When I say that running this forum was like herding cats, I am saying this because the anime convention had introduced a contingent of members who were of a wide age variety; I believe that the average age of the forum users was something along the lines of 16 or 17 based on my knowledge of the actual convention attendance. At the time when I was in my early 20s, I could put up with the politics of dealing with these guys because I never quite grasped that it was a herding cats scenario.

Policies handed down to me from the convention operators didn't apply well to the forum and as a result I found myself having to swim upstream in order to keep these rules in line. I would go and make fancy methods to get people from avoiding the word filter and found myself banning the public schools in the province (which are on a single IP block) in order to make life easier for myself and those who worked with me. However, as time grew on I found myself spending far more time on this than what was deserved.

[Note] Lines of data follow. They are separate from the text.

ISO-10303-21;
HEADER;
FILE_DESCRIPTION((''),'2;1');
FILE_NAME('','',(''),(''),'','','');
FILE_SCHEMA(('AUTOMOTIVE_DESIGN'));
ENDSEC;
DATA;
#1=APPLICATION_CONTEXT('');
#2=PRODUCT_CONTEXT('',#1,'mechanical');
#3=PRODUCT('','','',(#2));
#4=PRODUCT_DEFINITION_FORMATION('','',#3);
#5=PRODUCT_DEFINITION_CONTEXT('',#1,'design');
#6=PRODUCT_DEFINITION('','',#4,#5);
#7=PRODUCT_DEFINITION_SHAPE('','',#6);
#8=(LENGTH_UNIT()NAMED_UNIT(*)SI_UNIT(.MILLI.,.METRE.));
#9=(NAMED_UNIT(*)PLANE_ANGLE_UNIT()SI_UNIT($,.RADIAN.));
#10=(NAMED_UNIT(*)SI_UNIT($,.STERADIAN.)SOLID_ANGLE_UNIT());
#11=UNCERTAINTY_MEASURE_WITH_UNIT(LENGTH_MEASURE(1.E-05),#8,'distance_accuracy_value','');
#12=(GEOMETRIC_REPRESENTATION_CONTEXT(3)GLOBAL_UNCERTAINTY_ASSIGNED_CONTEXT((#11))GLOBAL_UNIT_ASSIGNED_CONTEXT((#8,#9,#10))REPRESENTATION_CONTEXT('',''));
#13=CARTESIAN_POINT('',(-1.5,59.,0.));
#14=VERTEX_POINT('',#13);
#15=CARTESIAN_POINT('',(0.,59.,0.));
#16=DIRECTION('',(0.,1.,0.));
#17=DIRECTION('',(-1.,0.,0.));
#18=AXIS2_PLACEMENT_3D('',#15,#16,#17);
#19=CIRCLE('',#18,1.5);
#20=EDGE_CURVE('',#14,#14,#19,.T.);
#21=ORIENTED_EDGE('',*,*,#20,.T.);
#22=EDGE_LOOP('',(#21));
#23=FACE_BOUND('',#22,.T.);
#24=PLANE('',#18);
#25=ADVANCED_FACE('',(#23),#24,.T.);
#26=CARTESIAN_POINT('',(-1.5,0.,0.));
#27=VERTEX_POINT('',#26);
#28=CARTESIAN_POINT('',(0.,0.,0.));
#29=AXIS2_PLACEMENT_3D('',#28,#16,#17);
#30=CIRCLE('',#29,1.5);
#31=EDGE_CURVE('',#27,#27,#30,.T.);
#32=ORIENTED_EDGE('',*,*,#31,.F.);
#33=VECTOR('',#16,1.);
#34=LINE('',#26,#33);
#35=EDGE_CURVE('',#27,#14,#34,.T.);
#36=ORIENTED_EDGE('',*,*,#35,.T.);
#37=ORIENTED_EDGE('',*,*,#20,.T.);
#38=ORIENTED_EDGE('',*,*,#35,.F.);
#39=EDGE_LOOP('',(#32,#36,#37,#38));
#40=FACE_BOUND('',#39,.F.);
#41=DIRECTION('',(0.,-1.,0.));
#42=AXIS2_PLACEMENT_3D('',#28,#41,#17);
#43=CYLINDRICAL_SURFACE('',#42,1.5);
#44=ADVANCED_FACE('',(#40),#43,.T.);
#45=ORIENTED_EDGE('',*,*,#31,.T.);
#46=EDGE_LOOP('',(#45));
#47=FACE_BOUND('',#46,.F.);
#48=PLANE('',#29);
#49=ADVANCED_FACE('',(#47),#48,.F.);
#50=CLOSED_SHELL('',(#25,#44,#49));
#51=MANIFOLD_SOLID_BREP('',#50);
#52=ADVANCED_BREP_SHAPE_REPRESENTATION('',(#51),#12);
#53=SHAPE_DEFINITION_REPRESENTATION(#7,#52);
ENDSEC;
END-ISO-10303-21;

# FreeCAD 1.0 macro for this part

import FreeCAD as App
import Part
import Sketcher

V = App.Vector

doc = App.newDocument("Part")
params = doc.addObject("Spreadsheet::Sheet", "Params")
for row, (alias, value) in enumerate([
    ("sketch1_diameter", "3 mm"),
    ("pad1_length", "59 mm"),
], start=1):
    params.set(f"A{row}", alias)
    params.set(f"B{row}", "=" + value)
    params.setAlias(f"B{row}", alias)

body = doc.addObject("PartDesign::Body", "Body")

# Sketch on XZ plane
sketch1 = doc.addObject("Sketcher::SketchObject", "Sketch")
body.addObject(sketch1)
sketch1.AttachmentSupport = (doc.XZ_Plane, [""])
sketch1.MapMode = "FlatFace"
sketch1.addGeometry(Part.Circle(V(0, 0, 0), V(0, 0, 1), 1.5), False)
sketch1.addConstraint([
    Sketcher.Constraint("Coincident", 0, 3, -1, 1),
    Sketcher.Constraint("Diameter", 0, 3.0),
])
sketch1.setExpression("Constraints[1]", "Params.sketch1_diameter")
pad1 = doc.addObject("PartDesign::Pad", "Pad")
body.addObject(pad1)
pad1.Profile = sketch1
pad1.setExpression("Length", "Params.pad1_length")
pad1.Reversed = True

doc.recompute()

It was quite active when I was in charge, with 2,000 some-odd accounts and about 500 of them active, but as time progressed, the demographics and types of behaviour began to shift and I found myself turning more and more into a tyrant in terms of how things should be run in order to stem the changes that I didn't find very likeable. Power goes to your head and for that I don't think I'd ever make a good Prime Minister in the face of such things. This is not to say I should never be in charge, but I believe that I shouldn't do the same job for too long and I shouldn't do it knowing I have no impunity such as the case here. I could effectively get away with almost anything and those who ran the convention didn't dare challenge me, which looking back I feel was a mistake.

I left briefly as I wanted to focus on other matters (namely that I had decided to move to another province), but came back some time later and found myself in the same habits as I was in before. And with that came an overall disgust for me from these forum members.

Effectively the online community had no trust in me but was powerless in doing anything about it. I could share some of the remarks that people had for me but it is irrelevant to this part of what I am writing, but in short I was not exactly liked in the role I played and the words chosen to describe me were not good.

I don't look back at this period in my life as a positive one even though there were some rather awesome people I met in the process. I removed myself from this community a number of years ago and haven't looked back on my decision. There were definitely good times, but overall I feel that it was a huge time-sink and put me behind on a lot of other things that I am working on now.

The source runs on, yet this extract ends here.